Last year Bill Finger biographer Marc Tyler Nobleman campaigned unsuccessfully for a Google Doodle to celebrate the 100th anniversary of the writer’s birth, but now he’s proposing a more attainable goal: a commemorative bench in Poe Park in The Bronx, New York, honoring the uncredited co-creator of Batman.
In a blog post published Sunday — Finger’s birthday — Nobleman dusts off a Kickstarter proposal he’d written in 2013 that lays out the plan, which calls for $6,000 to install the bench and plaque as part of the New York City Department of Parks & Recreation’s Adopt-a-Bench program. “If it generates enough enthusiasm here, it might embolden me to launch it immediately!” he writes.

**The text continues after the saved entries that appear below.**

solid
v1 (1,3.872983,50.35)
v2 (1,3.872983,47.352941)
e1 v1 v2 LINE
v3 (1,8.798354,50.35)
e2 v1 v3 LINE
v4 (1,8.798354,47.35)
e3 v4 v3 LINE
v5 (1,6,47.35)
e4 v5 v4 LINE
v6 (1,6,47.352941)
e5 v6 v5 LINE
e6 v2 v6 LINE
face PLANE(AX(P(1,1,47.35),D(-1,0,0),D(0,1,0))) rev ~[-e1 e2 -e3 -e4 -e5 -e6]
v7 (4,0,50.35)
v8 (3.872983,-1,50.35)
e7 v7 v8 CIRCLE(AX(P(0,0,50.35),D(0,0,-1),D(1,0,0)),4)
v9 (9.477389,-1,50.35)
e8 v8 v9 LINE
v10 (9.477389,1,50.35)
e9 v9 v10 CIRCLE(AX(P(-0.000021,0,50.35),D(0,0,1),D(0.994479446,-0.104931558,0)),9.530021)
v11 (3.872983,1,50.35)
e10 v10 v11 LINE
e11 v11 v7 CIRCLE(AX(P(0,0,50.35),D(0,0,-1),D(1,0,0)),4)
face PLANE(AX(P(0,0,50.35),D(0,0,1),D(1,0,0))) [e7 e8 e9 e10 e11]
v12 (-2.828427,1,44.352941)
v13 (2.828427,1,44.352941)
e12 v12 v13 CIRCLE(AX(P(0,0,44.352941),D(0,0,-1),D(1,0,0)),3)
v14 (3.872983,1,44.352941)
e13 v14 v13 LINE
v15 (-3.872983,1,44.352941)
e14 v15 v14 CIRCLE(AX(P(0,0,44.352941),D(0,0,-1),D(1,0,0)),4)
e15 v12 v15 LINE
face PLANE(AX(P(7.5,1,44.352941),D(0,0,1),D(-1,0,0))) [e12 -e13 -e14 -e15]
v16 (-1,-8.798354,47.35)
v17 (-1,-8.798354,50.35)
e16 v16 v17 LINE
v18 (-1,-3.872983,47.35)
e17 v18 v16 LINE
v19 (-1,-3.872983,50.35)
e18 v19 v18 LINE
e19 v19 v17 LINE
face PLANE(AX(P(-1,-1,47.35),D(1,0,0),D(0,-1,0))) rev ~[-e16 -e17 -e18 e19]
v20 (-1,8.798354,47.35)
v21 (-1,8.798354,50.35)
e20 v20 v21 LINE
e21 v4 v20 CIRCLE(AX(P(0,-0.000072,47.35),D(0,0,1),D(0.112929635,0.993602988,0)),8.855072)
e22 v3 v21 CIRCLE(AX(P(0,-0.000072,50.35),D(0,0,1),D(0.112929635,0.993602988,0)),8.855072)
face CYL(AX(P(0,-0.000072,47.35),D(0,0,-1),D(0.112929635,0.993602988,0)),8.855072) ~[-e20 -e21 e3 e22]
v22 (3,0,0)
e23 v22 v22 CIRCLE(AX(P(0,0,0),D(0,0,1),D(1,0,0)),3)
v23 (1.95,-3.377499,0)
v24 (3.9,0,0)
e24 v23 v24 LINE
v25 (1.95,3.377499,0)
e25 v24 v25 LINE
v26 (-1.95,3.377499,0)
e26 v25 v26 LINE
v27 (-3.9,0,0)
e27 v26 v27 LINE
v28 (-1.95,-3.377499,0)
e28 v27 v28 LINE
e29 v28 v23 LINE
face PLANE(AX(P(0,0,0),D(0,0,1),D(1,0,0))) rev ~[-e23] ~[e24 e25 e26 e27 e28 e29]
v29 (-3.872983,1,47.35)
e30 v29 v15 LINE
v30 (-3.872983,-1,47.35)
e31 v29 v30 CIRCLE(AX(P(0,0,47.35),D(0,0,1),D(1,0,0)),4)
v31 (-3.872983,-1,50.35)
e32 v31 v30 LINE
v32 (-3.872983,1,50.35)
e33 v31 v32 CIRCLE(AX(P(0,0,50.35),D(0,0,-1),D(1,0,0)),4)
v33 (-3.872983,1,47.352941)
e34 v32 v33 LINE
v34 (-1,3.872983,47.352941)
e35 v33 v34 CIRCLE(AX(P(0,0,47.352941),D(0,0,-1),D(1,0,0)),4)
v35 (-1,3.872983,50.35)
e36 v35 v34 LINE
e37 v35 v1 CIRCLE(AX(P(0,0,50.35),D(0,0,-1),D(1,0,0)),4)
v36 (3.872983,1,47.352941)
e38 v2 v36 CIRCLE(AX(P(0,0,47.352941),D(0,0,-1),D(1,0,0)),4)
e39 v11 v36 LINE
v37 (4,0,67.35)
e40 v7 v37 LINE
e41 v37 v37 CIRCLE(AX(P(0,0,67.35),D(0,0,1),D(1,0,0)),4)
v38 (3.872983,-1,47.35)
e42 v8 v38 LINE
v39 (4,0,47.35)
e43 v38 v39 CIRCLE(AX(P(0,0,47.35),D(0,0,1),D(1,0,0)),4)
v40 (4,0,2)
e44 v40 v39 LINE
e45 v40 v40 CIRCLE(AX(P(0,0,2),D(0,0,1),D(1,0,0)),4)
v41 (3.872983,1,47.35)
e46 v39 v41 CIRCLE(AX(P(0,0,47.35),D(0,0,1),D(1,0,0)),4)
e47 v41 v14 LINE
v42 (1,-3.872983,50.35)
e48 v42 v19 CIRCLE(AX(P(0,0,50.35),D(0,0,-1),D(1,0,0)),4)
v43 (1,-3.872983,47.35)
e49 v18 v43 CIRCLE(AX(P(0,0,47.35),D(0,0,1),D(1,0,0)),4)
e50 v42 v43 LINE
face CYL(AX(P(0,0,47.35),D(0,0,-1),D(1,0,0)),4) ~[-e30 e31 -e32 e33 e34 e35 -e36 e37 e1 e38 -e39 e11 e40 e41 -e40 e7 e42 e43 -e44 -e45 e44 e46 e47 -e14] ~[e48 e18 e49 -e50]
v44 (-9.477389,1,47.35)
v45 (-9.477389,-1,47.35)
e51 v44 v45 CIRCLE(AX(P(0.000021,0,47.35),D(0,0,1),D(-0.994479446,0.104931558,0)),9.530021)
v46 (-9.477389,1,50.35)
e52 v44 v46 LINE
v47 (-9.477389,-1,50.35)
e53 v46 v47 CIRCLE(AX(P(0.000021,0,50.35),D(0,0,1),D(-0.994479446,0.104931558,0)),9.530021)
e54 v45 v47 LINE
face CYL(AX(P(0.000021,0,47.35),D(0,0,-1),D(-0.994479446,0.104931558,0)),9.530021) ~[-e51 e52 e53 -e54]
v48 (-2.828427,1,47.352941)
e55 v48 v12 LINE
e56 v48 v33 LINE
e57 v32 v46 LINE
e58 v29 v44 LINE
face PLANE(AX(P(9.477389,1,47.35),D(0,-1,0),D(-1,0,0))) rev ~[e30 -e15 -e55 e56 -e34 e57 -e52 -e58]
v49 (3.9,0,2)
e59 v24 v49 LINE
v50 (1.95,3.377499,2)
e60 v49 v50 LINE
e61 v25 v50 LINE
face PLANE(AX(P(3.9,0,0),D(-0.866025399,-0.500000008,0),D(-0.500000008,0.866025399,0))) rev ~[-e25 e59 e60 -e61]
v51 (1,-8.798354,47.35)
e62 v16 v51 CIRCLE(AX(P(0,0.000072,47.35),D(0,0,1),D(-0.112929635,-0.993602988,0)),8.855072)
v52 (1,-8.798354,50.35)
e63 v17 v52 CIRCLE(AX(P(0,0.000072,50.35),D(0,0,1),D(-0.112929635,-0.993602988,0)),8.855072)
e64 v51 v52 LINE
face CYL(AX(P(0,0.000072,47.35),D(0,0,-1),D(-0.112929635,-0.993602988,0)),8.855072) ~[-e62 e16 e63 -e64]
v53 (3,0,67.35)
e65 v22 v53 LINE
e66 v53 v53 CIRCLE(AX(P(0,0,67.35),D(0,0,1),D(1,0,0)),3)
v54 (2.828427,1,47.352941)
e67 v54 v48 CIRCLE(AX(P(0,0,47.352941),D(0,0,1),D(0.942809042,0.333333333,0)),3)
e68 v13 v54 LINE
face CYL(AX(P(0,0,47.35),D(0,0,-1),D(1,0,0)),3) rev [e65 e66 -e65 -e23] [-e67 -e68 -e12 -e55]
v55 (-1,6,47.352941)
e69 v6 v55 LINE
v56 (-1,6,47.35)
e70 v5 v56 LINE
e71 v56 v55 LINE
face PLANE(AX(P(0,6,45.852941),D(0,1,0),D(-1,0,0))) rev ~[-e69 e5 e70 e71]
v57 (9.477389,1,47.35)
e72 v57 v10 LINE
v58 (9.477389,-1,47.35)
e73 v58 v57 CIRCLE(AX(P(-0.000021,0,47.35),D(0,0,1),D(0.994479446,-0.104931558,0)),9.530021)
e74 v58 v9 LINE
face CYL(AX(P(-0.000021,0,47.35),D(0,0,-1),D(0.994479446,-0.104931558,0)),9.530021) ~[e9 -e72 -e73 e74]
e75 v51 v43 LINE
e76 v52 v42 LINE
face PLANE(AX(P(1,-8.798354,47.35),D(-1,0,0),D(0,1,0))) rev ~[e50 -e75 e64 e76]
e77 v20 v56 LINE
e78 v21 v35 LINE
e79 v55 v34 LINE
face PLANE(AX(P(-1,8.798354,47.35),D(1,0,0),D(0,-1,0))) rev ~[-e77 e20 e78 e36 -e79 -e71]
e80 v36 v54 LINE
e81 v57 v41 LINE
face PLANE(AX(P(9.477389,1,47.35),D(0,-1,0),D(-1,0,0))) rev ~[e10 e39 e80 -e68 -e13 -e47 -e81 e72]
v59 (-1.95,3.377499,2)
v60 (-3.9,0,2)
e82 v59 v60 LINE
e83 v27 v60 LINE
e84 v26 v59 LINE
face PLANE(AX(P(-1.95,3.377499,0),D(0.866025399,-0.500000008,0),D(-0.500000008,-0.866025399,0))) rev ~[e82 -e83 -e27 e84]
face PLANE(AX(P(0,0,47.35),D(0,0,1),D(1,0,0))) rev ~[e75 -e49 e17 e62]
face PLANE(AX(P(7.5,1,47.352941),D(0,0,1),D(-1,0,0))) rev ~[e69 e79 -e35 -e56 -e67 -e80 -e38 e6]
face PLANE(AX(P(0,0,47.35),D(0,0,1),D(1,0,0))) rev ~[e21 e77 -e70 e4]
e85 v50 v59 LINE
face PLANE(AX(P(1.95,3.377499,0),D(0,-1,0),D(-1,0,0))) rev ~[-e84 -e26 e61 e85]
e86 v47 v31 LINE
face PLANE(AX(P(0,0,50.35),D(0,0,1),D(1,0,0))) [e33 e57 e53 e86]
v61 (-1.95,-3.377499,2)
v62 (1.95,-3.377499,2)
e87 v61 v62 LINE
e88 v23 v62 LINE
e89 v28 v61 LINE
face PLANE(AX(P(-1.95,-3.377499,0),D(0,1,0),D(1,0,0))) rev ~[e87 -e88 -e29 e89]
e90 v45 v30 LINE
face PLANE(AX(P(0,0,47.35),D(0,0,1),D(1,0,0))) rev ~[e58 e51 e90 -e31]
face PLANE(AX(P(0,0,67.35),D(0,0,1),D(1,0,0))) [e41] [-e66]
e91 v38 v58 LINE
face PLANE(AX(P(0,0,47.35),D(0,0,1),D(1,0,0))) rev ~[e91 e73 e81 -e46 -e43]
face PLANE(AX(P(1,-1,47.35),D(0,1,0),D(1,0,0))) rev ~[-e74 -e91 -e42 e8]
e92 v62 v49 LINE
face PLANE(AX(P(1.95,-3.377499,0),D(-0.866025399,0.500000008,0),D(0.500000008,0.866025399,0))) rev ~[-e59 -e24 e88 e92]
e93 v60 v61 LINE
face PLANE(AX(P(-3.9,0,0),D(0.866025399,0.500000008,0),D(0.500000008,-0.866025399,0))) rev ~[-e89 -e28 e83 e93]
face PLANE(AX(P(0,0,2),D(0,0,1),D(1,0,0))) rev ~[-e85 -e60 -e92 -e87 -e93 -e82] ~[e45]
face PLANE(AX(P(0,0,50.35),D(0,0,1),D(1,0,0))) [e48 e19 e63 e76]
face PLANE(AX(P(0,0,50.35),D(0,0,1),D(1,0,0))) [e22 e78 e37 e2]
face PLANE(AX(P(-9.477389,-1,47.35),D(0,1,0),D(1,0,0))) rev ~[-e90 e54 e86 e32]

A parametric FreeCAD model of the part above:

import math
import FreeCAD as App
import Part
import Sketcher
Q = App.Units.Quantity


def add_polygon(sketch, points):
    """Adds a closed chain of lines whose ends are joined by coincident constraints."""
    first, n = sketch.GeometryCount, len(points)
    for a, b in zip(points, points[1:] + points[:1]):
        sketch.addGeometry(Part.LineSegment(App.Vector(*a, 0), App.Vector(*b, 0)), False)
    for i in range(n):
        sketch.addConstraint(Sketcher.Constraint("Coincident", first + i, 2, first + (i + 1) % n, 1))

doc = App.newDocument("Part")
body = doc.addObject("PartDesign::Body", "Body")

sketch1 = body.newObject("Sketcher::SketchObject", "Sketch")
sketch1.AttachmentSupport = (doc.getObject("XY_Plane"), [""])
sketch1.MapMode = "FlatFace"
add_polygon(sketch1, [(1.9, 3.4), (-1.9, 3.4), (-3.9, 0), (-1.9, -3.4), (1.9, -3.4), (3.9, 0)])
sketch1.addGeometry(Part.Circle(App.Vector(0, 0, 0), App.Vector(0, 0, 1), 3), False)
sketch1.addConstraint(Sketcher.Constraint("Horizontal", 0))
sketch1.addConstraint(Sketcher.Constraint("Horizontal", 3))
sketch1.addConstraint(Sketcher.Constraint("Coincident", 6, 3, -1, 1))
sketch1.addConstraint(Sketcher.Constraint("Symmetric", 0, 2, 3, 2, -1, 1))
sketch1.addConstraint(Sketcher.Constraint("Symmetric", 1, 2, 4, 2, -1, 1))
sketch1.addConstraint(Sketcher.Constraint("PointOnObject", 1, 2, -1))
sketch1.addConstraint(Sketcher.Constraint("Parallel", 2, 5))
sketch1.addConstraint(Sketcher.Constraint("Vertical", 0, 2, 2, 2))
sketch1.addConstraint(Sketcher.Constraint("Diameter", 6, 6.0))
sketch1.addConstraint(Sketcher.Constraint("Angle", 1, Q("-120.000001 deg")))
sketch1.addConstraint(Sketcher.Constraint("DistanceX", 0, 2, 0, 1, 3.9))
sketch1.addConstraint(Sketcher.Constraint("Distance", 1, 3.9))
pad1 = body.newObject("PartDesign::Pad", "Pad")
pad1.Profile = sketch1
pad1.Length = 2

sketch2 = body.newObject("Sketcher::SketchObject", "Sketch001")
sketch2.AttachmentSupport = (doc.getObject("XY_Plane"), [""])
sketch2.MapMode = "FlatFace"
sketch2.AttachmentOffset = App.Placement(App.Vector(0, 0, 2), App.Rotation())
sketch2.addGeometry(Part.Circle(App.Vector(0, 0, 0), App.Vector(0, 0, 1), 4), False)
sketch2.addGeometry(Part.Circle(App.Vector(0, 0, 0), App.Vector(0, 0, 1), 3), False)
sketch2.addConstraint(Sketcher.Constraint("Coincident", 0, 3, -1, 1))
sketch2.addConstraint(Sketcher.Constraint("Coincident", 1, 3, -1, 1))
sketch2.addConstraint(Sketcher.Constraint("Diameter", 0, 8.0))
sketch2.addConstraint(Sketcher.Constraint("Diameter", 1, 6.0))
pad2 = body.newObject("PartDesign::Pad", "Pad001")
pad2.Profile = sketch2
pad2.Length = 45.35

sketch3 = body.newObject("Sketcher::SketchObject", "Sketch002")
sketch3.AttachmentSupport = (doc.getObject("XY_Plane"), [""])
sketch3.MapMode = "FlatFace"
sketch3.AttachmentOffset = App.Placement(App.Vector(0, 0, 47.35), App.Rotation())
sketch3.addGeometry(Part.LineSegment(App.Vector(1, -8.798354, 0), App.Vector(1, -1, 0)), False)
sketch3.addGeometry(Part.LineSegment(App.Vector(1, -1, 0), App.Vector(9.477389, -1, 0)), False)
sketch3.addGeometry(Part.ArcOfCircle(Part.Circle(App.Vector(-0.000021, 0, 0), App.Vector(0, 0, 1), 9.530021), math.radians(-6.023223), math.radians(6.023223)), False)
sketch3.addGeometry(Part.LineSegment(App.Vector(9.477389, 1, 0), App.Vector(1, 1, 0)), False)
sketch3.addGeometry(Part.LineSegment(App.Vector(1, 1, 0), App.Vector(1, 8.798354, 0)), False)
sketch3.addGeometry(Part.ArcOfCircle(Part.Circle(App.Vector(0, -0.000072, 0), App.Vector(0, 0, 1), 8.855072), math.radians(83.515776), math.radians(96.484224)), False)
sketch3.addGeometry(Part.LineSegment(App.Vector(-1, 8.798354, 0), App.Vector(-1, 1, 0)), False)
sketch3.addGeometry(Part.LineSegment(App.Vector(-1, 1, 0), App.Vector(-9.477389, 1, 0)), False)
sketch3.addGeometry(Part.ArcOfCircle(Part.Circle(App.Vector(0.000021, 0, 0), App.Vector(0, 0, 1), 9.530021), math.radians(173.976777), math.radians(186.023223)), False)
sketch3.addGeometry(Part.LineSegment(App.Vector(-9.477389, -1, 0), App.Vector(-1, -1, 0)), False)
sketch3.addGeometry(Part.LineSegment(App.Vector(-1, -1, 0), App.Vector(-1, -8.798354, 0)), False)
sketch3.addGeometry(Part.ArcOfCircle(Part.Circle(App.Vector(0, 0.000072, 0), App.Vector(0, 0, 1), 8.855072), math.radians(-96.484224), math.radians(-83.515776)), False)
sketch3.addConstraint(Sketcher.Constraint("Coincident", 0, 2, 1, 1))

Nobleman, author of Bill the Boy Wonder: The Secret Co-Creator of Batman, states that the project would not only “help right a wrong,” but also make pop-culture history as “the first memorial honoring a superhero creator in NYC, the Superhero Capital of the World.”
But why Poe Park?
“Bill and Bob [Bob Kane] used to brainstorm Batman stories there … sitting on a bench (ask me if you’d like documentation),” Nobleman explains. “In the early 1940s, Bill lived on the Grand Concourse just north of Poe Park. Also, appropriately, Poe was the father of the modern detective story and Batman is known as the World’s Greatest Detective. The Batman-Poe Park connection was covered in the New York Times (though the article mistakenly states that Batman was created in Poe Park).”
Finger’s contributions to the Batman mythos received renewed attention last year due to both the 75th anniversary of the character’s debut in Detective Comics #27 and the efforts of Nobleman. Characterized by the author as “the dominant creative force” behind Batman, Finger is widely acknowledged with such contributions as the Batmobile, the Batcave, the name Gotham City, Alfred Pennyworth, Commissioner Gordon, the basic look of the Dark Knight’s costume, and numerous villains and supporting players. However, because of the contract Bob Kane negotiated with what would become DC, only he receives official credit for the creation of Batman and most of those foundational elements.
Kane long and fiercely defended his position as the sole creator of Batman and downplayed Finger’s contributions, only acknowledging in his 1989 autobiography, published 15 years after the writer’s death, that, “Now that my long-time friend and collaborator is gone, I must admit that Bill never received the fame and recognition he deserved. He was an unsung hero.”